Given the following position function: (position is in ft , time is in sec ) \( \mathrm{s}(\mathrm{t})=\sin (\sqrt{\mathrm{t}}) \) Find the velocity at \( \mathrm{t}=3 \). \( \mathrm{v}(3)=[ \) ? \( ] \frac{\mathrm{ft}}{\mathrm{sec}} \) Round your answer to the nearest thousandth.

To find the velocity at \( t = 3 \), you first need to determine the derivative of the position function \( s(t) = \sin(\sqrt{t}) \).
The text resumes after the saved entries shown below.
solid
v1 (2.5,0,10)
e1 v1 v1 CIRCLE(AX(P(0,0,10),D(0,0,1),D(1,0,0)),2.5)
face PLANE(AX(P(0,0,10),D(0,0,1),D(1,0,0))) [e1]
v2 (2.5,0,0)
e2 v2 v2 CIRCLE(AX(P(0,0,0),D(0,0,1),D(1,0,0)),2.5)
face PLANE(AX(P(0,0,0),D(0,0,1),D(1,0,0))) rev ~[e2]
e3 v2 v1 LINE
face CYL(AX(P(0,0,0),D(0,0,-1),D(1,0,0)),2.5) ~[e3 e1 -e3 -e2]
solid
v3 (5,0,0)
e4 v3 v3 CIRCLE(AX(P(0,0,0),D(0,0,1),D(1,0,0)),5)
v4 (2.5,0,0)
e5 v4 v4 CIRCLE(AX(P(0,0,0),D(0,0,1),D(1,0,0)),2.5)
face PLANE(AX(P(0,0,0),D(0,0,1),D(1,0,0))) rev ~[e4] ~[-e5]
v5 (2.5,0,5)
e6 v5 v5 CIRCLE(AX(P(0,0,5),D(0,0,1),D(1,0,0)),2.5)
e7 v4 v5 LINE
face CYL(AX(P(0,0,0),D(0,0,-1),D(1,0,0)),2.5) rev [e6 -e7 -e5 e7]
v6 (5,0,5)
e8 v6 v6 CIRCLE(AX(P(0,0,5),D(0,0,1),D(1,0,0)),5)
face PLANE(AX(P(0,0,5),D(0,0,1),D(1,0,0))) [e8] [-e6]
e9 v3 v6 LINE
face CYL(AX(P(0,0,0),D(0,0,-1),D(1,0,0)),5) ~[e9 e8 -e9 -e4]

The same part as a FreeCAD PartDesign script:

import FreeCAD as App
import Part
import Sketcher
Q = App.Units.Quantity

doc = App.newDocument("Part")
body = doc.addObject("PartDesign::Body", "Body")

# Sketch on XY plane
sketch1 = body.newObject("Sketcher::SketchObject", "Sketch")
sketch1.AttachmentSupport = (doc.getObject("XY_Plane"), [""])
sketch1.MapMode = "FlatFace"
sketch1.addGeometry(Part.Circle(App.Vector(0, 0, 0), App.Vector(0, 0, 1), 2.5), False)
sketch1.addConstraint(Sketcher.Constraint("Coincident", 0, 3, -1, 1))
sketch1.addConstraint(Sketcher.Constraint("Diameter", 0, Q("5 mm")))
pad1 = body.newObject("PartDesign::Pad", "Pad")
pad1.Profile = sketch1
pad1.Length = 10
body2 = doc.addObject("PartDesign::Body", "Body001")

# Sketch on XY plane
sketch2 = body2.newObject("Sketcher::SketchObject", "Sketch001")
sketch2.AttachmentSupport = (doc.getObject("XY_Plane001"), [""])
sketch2.MapMode = "FlatFace"
sketch2.addGeometry(Part.Circle(App.Vector(0, 0, 0), App.Vector(0, 0, 1), 5), False)
sketch2.addGeometry(Part.Circle(App.Vector(0, 0, 0), App.Vector(0, 0, 1), 2.5), False)
sketch2.addConstraint(Sketcher.Constraint("Coincident", 0, 3, -1, 1))
sketch2.addConstraint(Sketcher.Constraint("Coincident", 1, 3, -1, 1))
sketch2.addConstraint(Sketcher.Constraint("Diameter", 0, Q("10 mm")))
sketch2.addConstraint(Sketcher.Constraint("Diameter", 1, Q("5 mm")))
pad2 = body2.newObject("PartDesign::Pad", "Pad001")
pad2.Profile = sketch2
pad2.Length = 5

doc.recompute()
The velocity function is the first derivative of the position function: \[ v(t) = \frac{ds}{dt} = \frac{d}{dt} (\sin(\sqrt{t})) \] Using the chain rule: \[ v(t) = \cos(\sqrt{t}) \cdot \frac{d}{dt} (\sqrt{t}) = \cos(\sqrt{t}) \cdot \frac{1}{2\sqrt{t}} \] Now, plug in \( t = 3 \): \[ v(3) = \cos(\sqrt{3}) \cdot \frac{1}{2\sqrt{3}} \] Calculating \( \sqrt{3} \) (approximately 1.732): \[ \cos(\sqrt{3}) \approx \cos(1.732) \approx -0.173648 \] \[ \frac{1}{2\sqrt{3}} \approx \frac{1}{3.464} \approx 0.288675 \] Now multiply these two: \[ v(3) \approx -0.173648 \cdot 0.288675 \approx -0.05007 \] Rounding to the nearest thousandth, you have: \[ v(3) \approx -0.050 \text{ ft/s} \] So, the final answer is: \( \mathrm{v}(3) \approx -0.050 \, \frac{\mathrm{ft}}{\mathrm{sec}} \)